Als am 9. September 2021 in Athen die Fahrer*innen der FIA World Rally Championship (WRC) auf die historische Rennstrecke rund um die Akropolis gingen, waren ihre E-Sports-Kolleg*innen bereits im Ziel. Am Vortag hatten die Finalist*innen der esports WRC Championship 2021 im Olympia-Velodrom von Athen ihren Sieger auf diesem virtuellen, aber authentischen Kurs bereits ermittelt. Mit dabei am (virtuellen) Streckenrand waren Forscher*innen vom Projekt »COPA EUROPE«. Die beiden Sportereignisse waren für sie der ideale Rahmen, ein Vorhaben der internationalen Forschungsinitiative zu präsentieren: Bis in zwei Jahren werden Forscher*innen des Fraunhofer-Institut für Nachrichtentechnik, Heinrich-Hertz-Institut, HHI gemeinsam mit acht Partnerorganisationen aus Europa und Israel eine Plattform aufbauen, über die kleine und größere Streaming-Anbieter sowie auch Sportveranstalter selbst live und umfassend von sportlichen Ereignissen berichten können.

Das Projekt wird von der EU im Rahmen des Programms »Horizon 2020« gefördert, um neben mehr Öffentlichkeit für verschiedenartige Events klassischer Sportarten auch den E-Sport medial zugänglicher zu machen. Denn bislang ist vielen Veranstalter*innen und Anbieter*innen der technische und finanzielle Aufwand für Live-Berichterstattungen zu hoch. Allein die Ausgaben für einen mobilen Regieraum mit Satellitenverbindung und das umfangreiche Studioequipment gehen in der Regel in die Hunderttausende.

Live-Übertragung zum Streamen

Wenn Ü-Wagen direkt neben dem Zieleinlauf parken, ist das deshalb (noch) ein unverkennbares Zeichen dafür, dass hier ein Sportereignis von Rang geboten ist. Live berichtet wird in der Regel nur im Rahmen der linearen Ausstrahlung der Fernsehsender. Der Sendeplatz bleibt dann aber den quotenstarken Sportarten oder den großen, nationalen und internationalen Sportevents von Landesmeisterschaft über Europacup bis Olympiade vorbehalten. Die Übertragung von Sportevents mit weniger Interessierten oder E-Sportereignissen, die ihre Fangemeinde gerade erst aufbauen, bleibt außen vor. Obwohl es auch für solche Events Übertragungsmöglichkeiten gäbe. Zwar nicht im klassischen, linearen TV, aber als Live-Übertragungen auf Abruf, als nichtlineare Streaming-Angebote in den Mediatheken, auf den Streaming-Plattformen oder direkt auf den Webseiten der Veranstalter. »COPA EUROPE wird diese Vertriebswege erschließen und die Situation für Live-Übertragungen deutlich verbessern. Wir wollen Sportinteressierten nicht nur technisch den Weg ebnen für eine kostengünstige Berichterstattung, sondern auch neue Formen der Interaktivität möglich machen«, erklärt Wojciech Samek vom Fraunhofer-Institut für Nachrichtentechnik, Heinrich-Hertz-Institut, HHI.
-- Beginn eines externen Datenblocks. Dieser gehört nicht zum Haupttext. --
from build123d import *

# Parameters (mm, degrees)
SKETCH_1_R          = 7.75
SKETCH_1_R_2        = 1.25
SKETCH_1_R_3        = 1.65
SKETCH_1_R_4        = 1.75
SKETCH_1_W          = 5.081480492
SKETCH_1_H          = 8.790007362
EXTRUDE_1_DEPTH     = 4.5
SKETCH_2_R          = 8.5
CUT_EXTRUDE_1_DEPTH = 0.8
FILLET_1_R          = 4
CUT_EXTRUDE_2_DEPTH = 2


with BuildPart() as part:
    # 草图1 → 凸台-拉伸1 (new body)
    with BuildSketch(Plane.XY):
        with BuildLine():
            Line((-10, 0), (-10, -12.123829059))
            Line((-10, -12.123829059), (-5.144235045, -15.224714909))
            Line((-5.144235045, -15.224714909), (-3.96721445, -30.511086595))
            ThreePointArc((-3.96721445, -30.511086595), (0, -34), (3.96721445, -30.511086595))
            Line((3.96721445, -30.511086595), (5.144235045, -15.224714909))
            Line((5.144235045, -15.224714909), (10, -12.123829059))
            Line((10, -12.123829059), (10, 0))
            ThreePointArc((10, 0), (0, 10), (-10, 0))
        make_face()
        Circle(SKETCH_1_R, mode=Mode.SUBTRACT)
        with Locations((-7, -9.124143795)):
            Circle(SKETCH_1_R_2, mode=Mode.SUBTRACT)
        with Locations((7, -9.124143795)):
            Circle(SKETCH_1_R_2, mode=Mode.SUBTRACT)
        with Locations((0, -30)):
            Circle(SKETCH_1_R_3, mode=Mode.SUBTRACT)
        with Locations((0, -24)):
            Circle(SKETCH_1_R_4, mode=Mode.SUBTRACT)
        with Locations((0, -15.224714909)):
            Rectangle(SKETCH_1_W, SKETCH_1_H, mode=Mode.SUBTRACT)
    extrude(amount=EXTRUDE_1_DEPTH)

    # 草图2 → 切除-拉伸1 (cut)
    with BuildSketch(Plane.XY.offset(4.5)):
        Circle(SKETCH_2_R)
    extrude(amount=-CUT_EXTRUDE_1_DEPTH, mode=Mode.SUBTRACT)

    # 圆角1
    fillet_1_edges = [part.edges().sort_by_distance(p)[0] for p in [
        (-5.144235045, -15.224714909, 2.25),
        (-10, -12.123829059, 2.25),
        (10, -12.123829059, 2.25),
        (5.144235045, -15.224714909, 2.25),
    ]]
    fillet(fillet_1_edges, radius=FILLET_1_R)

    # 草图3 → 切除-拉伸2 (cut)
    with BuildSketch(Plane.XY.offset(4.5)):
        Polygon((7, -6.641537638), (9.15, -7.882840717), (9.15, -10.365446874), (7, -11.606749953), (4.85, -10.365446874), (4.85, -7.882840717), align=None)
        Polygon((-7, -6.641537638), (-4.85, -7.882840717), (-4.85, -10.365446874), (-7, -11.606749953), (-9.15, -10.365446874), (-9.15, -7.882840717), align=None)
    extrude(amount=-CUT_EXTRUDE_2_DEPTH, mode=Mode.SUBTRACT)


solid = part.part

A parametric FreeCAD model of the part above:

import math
import FreeCAD as App
import Part
import Sketcher
Q = App.Units.Quantity


def edges_at(feature, points):
    """Names of the edges that pass closest to the given points."""
    edges = feature.Shape.Edges
    near = lambda p: min(range(len(edges)), key=lambda i: edges[i].distToShape(Part.Vertex(*p))[0])
    return sorted({f"Edge{near(p) + 1}" for p in points})

doc = App.newDocument("Part")
params = doc.addObject("Spreadsheet::Sheet", "Params")
for row, (alias, value) in enumerate([
    ("sketch1_radius", "4 mm"),
    ("sketch1_radius2", "10 mm"),
    ("sketch1_diameter", "3.3 mm"),
    ("sketch1_diameter2", "3.5 mm"),
    ("sketch1_diameter3", "2.5 mm"),
    ("pad1_length", "4.5 mm"),
    ("sketch2_diameter", "17 mm"),
    ("pocket1_length", "0.8 mm"),
    ("fillet_radius", "4 mm"),
    ("pocket2_length", "2 mm"),
], start=1):
    params.set(f"A{row}", alias)
    params.set(f"B{row}", "=" + value)
    params.setAlias(f"B{row}", alias)

body = doc.addObject("PartDesign::Body", "Body")

# Sketch on XY plane
sketch1 = body.newObject("Sketcher::SketchObject", "Sketch")
sketch1.AttachmentSupport = (doc.getObject("XY_Plane"), [""])
sketch1.MapMode = "FlatFace"
sketch1.addGeometry(Part.LineSegment(App.Vector(-10, 0, 0), App.Vector(-10, -12.123829, 0)), False)
sketch1.addGeometry(Part.LineSegment(App.Vector(-10, -12.123829, 0), App.Vector(-5.144235, -15.224715, 0)), False)
sketch1.addGeometry(Part.LineSegment(App.Vector(-5.144235, -15.224715, 0), App.Vector(-3.967214, -30.511087, 0)), False)
sketch1.addGeometry(Part.ArcOfCircle(Part.Circle(App.Vector(0, -30, 0), App.Vector(0, 0, 1), 4), math.radians(-172.659157), math.radians(-7.340843)), False)
sketch1.addGeometry(Part.LineSegment(App.Vector(3.967214, -30.511087, 0), App.Vector(5.144235, -15.224715, 0)), False)
sketch1.addGeometry(Part.LineSegment(App.Vector(5.144235, -15.224715, 0), App.Vector(10, -12.123829, 0)), False)
sketch1.addGeometry(Part.LineSegment(App.Vector(10, -12.123829, 0), App.Vector(10, 0, 0)), False)
sketch1.addGeometry(Part.ArcOfCircle(Part.Circle(App.Vector(0, 0, 0), App.Vector(0, 0, 1), 10), math.radians(0), math.radians(180)), False)
sketch1.addGeometry(Part.Circle(App.Vector(0, -30, 0), App.Vector(0, 0, 1), 1.65), False)
sketch1.addGeometry(Part.Circle(App.Vector(0, -24, 0), App.Vector(0, 0, 1), 1.75), False)
sketch1.addGeometry(Part.LineSegment(App.Vector(2.54074, -19.619719, 0), App.Vector(-2.54074, -19.619719, 0)), False)
sketch1.addGeometry(Part.LineSegment(App.Vector(-2.54074, -19.619719, 0), App.Vector(-2.54074, -10.829711, 0)), False)
sketch1.addGeometry(Part.LineSegment(App.Vector(-2.54074, -10.829711, 0), App.Vector(2.54074, -10.829711, 0)), False)
sketch1.addGeometry(Part.LineSegment(App.Vector(2.54074, -10.829711, 0), App.Vector(2.54074, -19.619719, 0)), False)
sketch1.addGeometry(Part.Circle(App.Vector(-7, -9.124144, 0), App.Vector(0, 0, 1), 1.25), False)
sketch1.addGeometry(Part.Circle(App.Vector(7, -9.124144, 0), App.Vector(0, 0, 1), 1.25), False)
sketch1.addGeometry(Part.Circle(App.Vector(0, 0, 0), App.Vector(0, 0, 1), 7.75), False)
sketch1.addConstraint(Sketcher.Constraint("Coincident", 0, 2, 1, 1))
sketch1.addConstraint(Sketcher.Constraint("Coincident", 1, 2, 2, 1))
sketch1.addConstraint(Sketcher.Constraint("Coincident", 2, 2, 3, 1))
sketch1.addConstraint(Sketcher.Constraint("Coincident", 3, 2, 4, 1))
sketch1.addConstraint(Sketcher.Constraint("Coincident", 4, 2, 5, 1))
sketch1.addConstraint(Sketcher.Constraint("Coincident", 5, 2, 6, 1))
sketch1.addConstraint(Sketcher.Constraint("Tangent", 6, 2, 7, 1))
sketch1.addConstraint(Sketcher.Constraint("Tangent", 7, 2, 0, 1))
sketch1.addConstraint(Sketcher.Constraint("Coincident", 10, 2, 11, 1))
sketch1.addConstraint(Sketcher.Constraint("Coincident", 11, 2, 12, 1))
sketch1.addConstraint(Sketcher.Constraint("Coincident", 12, 2, 13, 1))
sketch1.addConstraint(Sketcher.Constraint("Coincident", 13, 2, 10, 1))
sketch1.addConstraint(Sketcher.Constraint("Vertical", 0))
sketch1.addConstraint(Sketcher.Constraint("Vertical", 6))
sketch1.addConstraint(Sketcher.Constraint("Horizontal", 10))
sketch1.addConstraint(Sketcher.Constraint("Vertical", 11))
sketch1.addConstraint(Sketcher.Constraint("Horizontal", 12))
sketch1.addConstraint(Sketcher.Constraint("Vertical", 13))
sketch1.addConstraint(Sketcher.Constraint("Coincident", 7, 3, -1, 1))
sketch1.addConstraint(Sketcher.Constraint("Coincident", 16, 3, -1, 1))
sketch1.addConstraint(Sketcher.Constraint("Coincident", 8, 3, 3, 3))
sketch1.addConstraint(Sketcher.Constraint("Equal", 14, 15))
sketch1.addConstraint(Sketcher.Constraint("Symmetric", 14, 3, 15, 3, -2))
sketch1.addConstraint(Sketcher.Constraint("Symmetric", 2, 2, 3, 2, -2))
sketch1.addConstraint(Sketcher.Constraint("Symmetric", 1, 2, 4, 2, -2))
sketch1.addConstraint(Sketcher.Constraint("PointOnObject", 9, 3, -2))
sketch1.addConstraint(Sketcher.Constraint("Horizontal", 0, 2, 5, 2))
sketch1.addConstraint(Sketcher.Constraint("Radius", 3, Q("4 mm")))
sketch1.addConstraint(Sketcher.Constraint("Radius", 7, Q("10 mm")))
sketch1.addConstraint(Sketcher.Constraint("Diameter", 8, Q("3.3 mm")))
sketch1.addConstraint(Sketcher.Constraint("Diameter", 9, Q("3.5 mm")))
sketch1.addConstraint(Sketcher.Constraint("Diameter", 14, Q("2.5 mm")))
sketch1.addConstraint(Sketcher.Constraint("Diameter", 16, Q("15.5 mm")))
sketch1.addConstraint(Sketcher.Constraint("DistanceY", 3, 3, -1, 1, Q("30 mm")))
sketch1.addConstraint(Sketcher.Constraint("DistanceY", 9, 3, -1, 1, Q("24 mm")))
sketch1.addConstraint(Sketcher.Constraint("DistanceX", 14, 3, -1, 1, Q("7 mm")))
sketch1.addConstraint(Sketcher.Constraint("DistanceX", 10, 2, 10, 1, Q("5.08148 mm")))
sketch1.addConstraint(Sketcher.Constraint("DistanceY", 0, 2, 0, 1, Q("12.123829 mm")))
sketch1.addConstraint(Sketcher.Constraint("Distance", 1, Q("5.761419 mm")))
sketch1.addConstraint(Sketcher.Constraint("Distance", 2, Q("15.331619 mm")))
sketch1.addConstraint(Sketcher.Constraint("DistanceY", 11, 1, 11, 2, Q("8.790007 mm")))
sketch1.addConstraint(Sketcher.Constraint("DistanceX", 10, 2, -1, 1, Q("2.54074 mm")))
sketch1.addConstraint(Sketcher.Constraint("DistanceY", 10, 2, -1, 1, Q("19.619719 mm")))
sketch1.addConstraint(Sketcher.Constraint("DistanceY", 1, 2, 14, 3, Q("6.100571 mm")))
sketch1.addConstraint(Sketcher.Constraint("DistanceX", 1, 2, 2, 2, Q("1.177021 mm")))
sketch1.setExpression("Constraints[27]", "Params.sketch1_radius")
sketch1.setExpression("Constraints[28]", "Params.sketch1_radius2")
sketch1.setExpression("Constraints[29]", "Params.sketch1_diameter")
sketch1.setExpression("Constraints[30]", "Params.sketch1_diameter2")
sketch1.setExpression("Constraints[31]", "Params.sketch1_diameter3")
pad1 = body.newObject("PartDesign::Pad", "Pad")
pad1.Profile = sketch1
pad1.setExpression("Length", "Params.pad1_length")

# Sketch on XY plane
sketch2 = body.newObject("Sketcher::SketchObject", "Sketch001")
sketch2.AttachmentSupport = (doc.getObject("XY_Plane"), [""])
sketch2.MapMode = "FlatFace"
sketch2.AttachmentOffset = App.Placement(App.Vector(0, 0, 4.5), App.Rotation())
sketch2.addGeometry(Part.Circle(App.Vector(0, 0, 0), App.Vector(0, 0, 1), 8.5), False)
sketch2.addConstraint(Sketcher.Constraint("Coincident", 0, 3, -1, 1))
sketch2.addConstraint(Sketcher.Constraint("Diameter", 0, Q("17 mm")))
sketch2.setExpression("Constraints[1]", "Params.sketch2_diameter")
pocket1 = body.newObject("PartDesign::Pocket", "Pocket")
pocket1.Profile = sketch2
pocket1.setExpression("Length", "Params.pocket1_length")
doc.recompute()

fillet = body.newObject("PartDesign::Fillet", "Fillet")
fillet.Base = (pocket1, edges_at(pocket1, [
    (-5.144, -15.225, 2.25),
    (-10, -12.124, 2.25),
    (10, -12.124, 2.25),
    (5.144, -15.225, 2.25),
]))
fillet.setExpression("Radius", "Params.fillet_radius")

# Sketch on XY plane
sketch3 = body.newObject("Sketcher::SketchObject", "Sketch002")
sketch3.AttachmentSupport = (doc.getObject("XY_Plane"), [""])
sketch3.MapMode = "FlatFace"
sketch3.AttachmentOffset = App.Placement(App.Vector(0, 0, 4.5), App.Rotation())
sketch3.addGeometry(Part.LineSegment(App.Vector(9.15, -7.882841, 0), App.Vector(7, -6.641538, 0)), False)
sketch3.addGeometry(Part.LineSegment(App.Vector(7, -6.641538, 0), App.Vector(4.85, -7.882841, 0)), False)
sketch3.addGeometry(Part.LineSegment(App.Vector(4.85, -7.882841, 0), App.Vector(4.85, -10.365447, 0)), False)
sketch3.addGeometry(Part.LineSegment(App.Vector(4.85, -10.365447, 0), App.Vector(7, -11.60675, 0)), False)
sketch3.addGeometry(Part.LineSegment(App.Vector(7, -11.60675, 0), App.Vector(9.15, -10.365447, 0)), False)
sketch3.addGeometry(Part.LineSegment(App.Vector(9.15, -10.365447, 0), App.Vector(9.15, -7.882841, 0)), False)
sketch3.addGeometry(Part.LineSegment(App.Vector(-4.85, -7.882841, 0), App.Vector(-7, -6.641538, 0)), False)
sketch3.addGeometry(Part.LineSegment(App.Vector(-7, -6.641538, 0), App.Vector(-9.15, -7.882841, 0)), False)
sketch3.addGeometry(Part.LineSegment(App.Vector(-9.15, -7.882841, 0), App.Vector(-9.15, -10.365447, 0)), False)
sketch3.addGeometry(Part.LineSegment(App.Vector(-9.15, -10.365447, 0), App.Vector(-7, -11.60675, 0)), False)
sketch3.addGeometry(Part.LineSegment(App.Vector(-7, -11.60675, 0), App.Vector(-4.85, -10.365447, 0)), False)
sketch3.addGeometry(Part.LineSegment(App.Vector(-4.85, -10.365447, 0), App.Vector(-4.85, -7.882841, 0)), False)
sketch3.addConstraint(Sketcher.Constraint("Coincident", 0, 2, 1, 1))
sketch3.addConstraint(Sketcher.Constraint("Coincident", 1, 2, 2, 1))
sketch3.addConstraint(Sketcher.Constraint("Coincident", 2, 2, 3, 1))
sketch3.addConstraint(Sketcher.Constraint("Coincident", 3, 2, 4, 1))
sketch3.addConstraint(Sketcher.Constraint("Coincident", 4, 2, 5, 1))
sketch3.addConstraint(Sketcher.Constraint("Coincident", 5, 2, 0, 1))
sketch3.addConstraint(Sketcher.Constraint("Coincident", 6, 2, 7, 1))
sketch3.addConstraint(Sketcher.Constraint("Coincident", 7, 2, 8, 1))
sketch3.addConstraint(Sketcher.Constraint("Coincident", 8, 2, 9, 1))
sketch3.addConstraint(Sketcher.Constraint("Coincident", 9, 2, 10, 1))
sketch3.addConstraint(Sketcher.Constraint("Coincident", 10, 2, 11, 1))
sketch3.addConstraint(Sketcher.Constraint("Coincident", 11, 2, 6, 1))
sketch3.addConstraint(Sketcher.Constraint("Vertical", 2))
sketch3.addConstraint(Sketcher.Constraint("Vertical", 5))
sketch3.addConstraint(Sketcher.Constraint("Vertical", 8))
sketch3.addConstraint(Sketcher.Constraint("Vertical", 11))
sketch3.addConstraint(Sketcher.Constraint("Symmetric", 0, 2, 6, 2, -2))
sketch3.addConstraint(Sketcher.Constraint("Symmetric", 5, 2, 7, 2, -2))
sketch3.addConstraint(Sketcher.Constraint("Symmetric", 3, 2, 9, 2, -2))
sketch3.addConstraint(Sketcher.Constraint("Symmetric", 2, 2, 10, 2, -2))
sketch3.addConstraint(Sketcher.Constraint("Parallel", 0, 3))
sketch3.addConstraint(Sketcher.Constraint("Parallel", 1, 4))
sketch3.addConstraint(Sketcher.Constraint("Parallel", 3, 6))
sketch3.addConstraint(Sketcher.Constraint("Parallel", 4, 7))
sketch3.addConstraint(Sketcher.Constraint("Parallel", 6, 9))
sketch3.addConstraint(Sketcher.Constraint("Horizontal", 2, 2, 4, 2))
sketch3.addConstraint(Sketcher.Constraint("Horizontal", 1, 2, 5, 2))
sketch3.addConstraint(Sketcher.Constraint("Angle", 0, Q("150 deg")))
sketch3.addConstraint(Sketcher.Constraint("DistanceX", -1, 1, 0, 2, Q("7 mm")))
sketch3.addConstraint(Sketcher.Constraint("DistanceX", 2, 2, 4, 2, Q("4.3 mm")))
sketch3.addConstraint(Sketcher.Constraint("DistanceY", 2, 2, 2, 1, Q("2.482606 mm")))
sketch3.addConstraint(Sketcher.Constraint("DistanceY", 1, 2, -1, 1, Q("7.882841 mm")))
pocket2 = body.newObject("PartDesign::Pocket", "Pocket001")
pocket2.Profile = sketch3
pocket2.setExpression("Length", "Params.pocket2_length")

doc.recompute()
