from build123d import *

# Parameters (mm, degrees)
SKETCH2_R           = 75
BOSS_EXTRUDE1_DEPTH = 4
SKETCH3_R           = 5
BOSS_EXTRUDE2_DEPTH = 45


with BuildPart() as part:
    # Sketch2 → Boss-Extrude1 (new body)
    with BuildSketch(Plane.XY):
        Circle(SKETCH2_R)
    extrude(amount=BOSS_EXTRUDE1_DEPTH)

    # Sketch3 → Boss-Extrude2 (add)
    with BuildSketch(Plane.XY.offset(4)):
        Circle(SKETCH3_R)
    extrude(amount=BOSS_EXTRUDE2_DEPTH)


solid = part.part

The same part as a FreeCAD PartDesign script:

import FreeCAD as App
import Part
import Sketcher

doc = App.newDocument("Part")
body = doc.addObject("PartDesign::Body", "Body")

sketch1 = body.newObject("Sketcher::SketchObject", "Sketch")
sketch1.AttachmentSupport = (doc.getObject("XY_Plane"), [""])
sketch1.MapMode = "FlatFace"
sketch1.addGeometry(Part.Circle(App.Vector(0, 0, 0), App.Vector(0, 0, 1), 75), False)
sketch1.addConstraint(Sketcher.Constraint("Coincident", 0, 3, -1, 1))
sketch1.addConstraint(Sketcher.Constraint("Diameter", 0, 150.0))
pad1 = body.newObject("PartDesign::Pad", "Pad")
pad1.Profile = sketch1
pad1.Length = 4

sketch2 = body.newObject("Sketcher::SketchObject", "Sketch001")
sketch2.AttachmentSupport = (doc.getObject("XY_Plane"), [""])
sketch2.MapMode = "FlatFace"
sketch2.AttachmentOffset = App.Placement(App.Vector(0, 0, 4), App.Rotation())
sketch2.addGeometry(Part.Circle(App.Vector(0, 0, 0), App.Vector(0, 0, 1), 5), False)
sketch2.addConstraint(Sketcher.Constraint("Coincident", 0, 3, -1, 1))
sketch2.addConstraint(Sketcher.Constraint("Diameter", 0, 10.0))
pad2 = body.newObject("PartDesign::Pad", "Pad001")
pad2.Profile = sketch2
pad2.Length = 45

doc.recompute()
Mobilfunknetz statt Ü-Wagen

Deshalb wollen die Forscher*innen auf das satellitengebundene Übertragen so weit wie möglich verzichten und durch Streams über das schnelle 5G-Netz ersetzen. Um die über das neue Mobilfunknetz transportierte Datenmenge zu reduzieren und Latenzen zu verkürzen, entwickelt das Projektteam unter anderem cloudbasierte Algorithmen zur Komprimierung und für das Datenmanagement. Die Tools werden auf dem 5G Mobilfunk Testfeld erprobt, welches Fraunhofer HHI und das Innovationscluster 5G Berlin zwischen dem Gebäude des Fraunhofer HHI und dem Campus der Technischen Universität Berlin betreiben. Mittlerweile sind die Übertragungsverfahren so erfolgreich, dass sogar das deutlich langsamere, aber aktuell noch weit verbreitete LTE-Netz genutzt werden kann – wenn auch mit geringerer Performance. 

»Ein Sportevent als einfachen Live-Stream anzubieten, würde allerdings kaum ausreichen, um Fans zu interessieren«, so Samek. Mitreißend werde das Angebot erst in Kombination mit Kommentaren, Hintergrundinformationen und Reaktionen der Fans. COPA EUROPE bietet den Veranstalter*innen deshalb die Möglichkeit, weiteren Content einzubinden. Es soll es beispielsweise möglich werden, das Handy als Second-Screen zu nutzen, um explizite und mit dem Event verknüpfte Social-Media-Posts der Fan-Community mitzuverfolgen. Oder die Nutzer*innen können aus unterschiedlichen Tonspuren wählen. Etwa, um einen oder eine Profi-Kommentator*in zu hören, oder sich von einer leidenschaftlichen Fan-Kommentierung mitreißen zu lassen. Parallel dazu können über die Plattform auch Informationen zu Mannschaften, Athlet*innen und den Spiel- und Rennständen mit den Live-Streams verknüpft bereitgestellt werden. 

Individuell auf die Nutzenden zugeschnittene Vielfalt 

»Der Vielfalt an zusätzlichen Streaming-Angeboten zu jeder einzelnen Live-Sportübertragung sind dabei zwar kaum Grenzen gesetzt, trotzdem sehen wir hier ein Problem«, sagt Samek. Denn eine (Über-)Fülle an Möglichkeiten werde schnell unüberschaubar und erzeuge unter Umständen eher Frust als Lust bei den potenziellen Zuseher*innen. Über die Plattform könne deshalb auch neuartiges und individualisierbares Empfehlungssystem genutzt werden, das die Forscher*innen bei Fraunhofer HHI gerade entwickeln. Wichtig ist Samek dabei, dass die dafür eingesetzte Recommendation Engine sorgsam mit den Daten umgeht und »gläserne Zuseher*innen« ausschließt. Im Gegensatz zu den Empfehlungssystemen vieler anderer Streaming-Anbieter*innen nutzt das Team um Samek deshalb eine Methode, die auch ohne das zentrale Sammeln und Speichern der Nutzer*innendaten gute Ergebnisse liefert.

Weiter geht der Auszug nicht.